The latency of data in Redshift and Snowflake is measured at each point in time as the difference between the current time and the max collector timestamp for all events loaded into that destination.
The latency of data in BigQuery is measured by periodically sampling (e.g. every 1 second) the difference between the collector timestamp and the current time for events as they are loaded into the destination.
If Snowplow Analytics Limited does not meet the commitment over a calendar month, the customer will be entitled to service level credits on their Snowplow BDP monthly fee equal to the % of time that we are in breach of the SLA, up to a maximum of 20%.
The SLA will not apply if a failure to process and load the data into the data warehouse is due to a factor out of the control of Snowplow Analytics Limited, for example:
- Customer-owned and managed data warehouse has run out of capacity. (So it is not possible to load data, or to load it in a performant manner.)

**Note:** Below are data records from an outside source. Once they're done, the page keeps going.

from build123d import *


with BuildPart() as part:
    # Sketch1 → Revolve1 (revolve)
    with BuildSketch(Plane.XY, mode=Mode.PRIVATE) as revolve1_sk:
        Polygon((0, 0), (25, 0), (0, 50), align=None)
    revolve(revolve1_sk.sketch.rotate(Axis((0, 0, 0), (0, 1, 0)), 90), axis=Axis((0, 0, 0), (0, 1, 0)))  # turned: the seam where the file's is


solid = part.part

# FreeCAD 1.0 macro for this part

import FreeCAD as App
import Part
import Sketcher

doc = App.newDocument("Part")
body = doc.addObject("PartDesign::Body", "Body")

# Sketch on XY plane
sketch1 = body.newObject("Sketcher::SketchObject", "Sketch")
sketch1.AttachmentSupport = (doc.getObject("XY_Plane"), [""])
sketch1.MapMode = "FlatFace"
sketch1.addGeometry([
    Part.LineSegment(App.Vector(0, 0, 0), App.Vector(25, 0, 0)),
    Part.LineSegment(App.Vector(25, 0, 0), App.Vector(0, 50, 0)),
    Part.LineSegment(App.Vector(0, 50, 0), App.Vector(0, 0, 0)),
], False)
sketch1.addConstraint([
    Sketcher.Constraint("Coincident", 0, 2, 1, 1),
    Sketcher.Constraint("Coincident", 1, 2, 2, 1),
    Sketcher.Constraint("Coincident", 2, 2, 0, 1),
    Sketcher.Constraint("Horizontal", 0),
    Sketcher.Constraint("Vertical", 2),
    Sketcher.Constraint("Coincident", 2, 2, -1, 1),
    Sketcher.Constraint("DistanceX", 0, 1, 0, 2, 25.0),
    Sketcher.Constraint("DistanceY", 2, 2, 2, 1, 50.0),
])
revolution = body.newObject("PartDesign::Revolution", "Revolution")
revolution.Profile = sketch1
revolution.ReferenceAxis = (sketch1, ["V_Axis"])
revolution.Angle = 360

doc.recompute()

- An outage of the data warehouse
- A broader outage in AWS, GCP or Azure
- The Customer making any direct configuration change to any of the Snowplow BDP infrastructure running in their cloud account
The SLA will also not apply:
- For failed events e.g. events that fail to validate against the associated schemas
- If latency is caused by features that are identified as either pilot, alpha or beta
- For any data that does not reach the Snowplow collector to be processed (e.g. because of an issue upstream of the collector such as a network or connectivity issue)
- Until the onboarding has been completed with the Customer, and production level volumes are being processed by the pipeline
In order to ensure that we can honor the SLA stated, Snowplow Analytics Limited reserves the right to make periodic adjustments to the Customer’s pipeline, unless otherwise agreed in writing with the Customer.
Support SLA
Snowplow provides support to Snowplow Behavioral Data Platform customers under the terms and services described in our Statement of Support.
When you contact Snowplow Support, tickets are prioritised according as level 1 (highest) to 4 (lowest) depending on the severity and impact of the issue or question. These severity levels are defined in our Statement of Support.
Snowplow Behavioral Data Platform customers also have access to our Community Forum.
Support SLAs are dependent on the severity of the issue and on which Support Level (Standard or Enhanced) you have purchased. Snowplow reserves the right to adjust the Severity of any Support Ticket to align with the definitions laid out in the Statement of Support.
In the event that a customer is entitled to access Snowplow Support through multiple agreements or multiple product purchases, then the highest SLA across entitlement will apply across all purchased products. SLA commitments are still bound by the terms of service outlined in the Statement of Support and associated severity of any ticket.
Snowplow will ensure that customers receive human responses to questions submitted via support tickets as detailed in the table above. Snowplow does not commit to resolution time SLAs. In the event that Snowplow does not meet its obligations under the SLA, the customer will be entitled to receive service level credits on their Snowplow Behavioral Data Platform fee of 2% of the monthly fee per support ticket if Snowplow ultimately determines that the SLA was breached, up to a maximum of 20% per month.
The monthly fee is defined as the annual contract value ÷ 12.
Support SLAs are outlined in the Product options above and are dependent on the severity of the issue and Snowplow Behavioral Data Platform product option you have purchased. Snowplow reserves the right to adjust the Severity of any Support Ticket to align with the above definitions. Snowplow will ensure that customers receive human responses to questions submitted via support tickets as detailed in the table above. Snowplow does not commit to resolution time SLOs or SLAs.
Service Level Credits
Combined credits across all SLA breaches (collector uptime, data latency and support) will be capped at 20% of the monthly fee.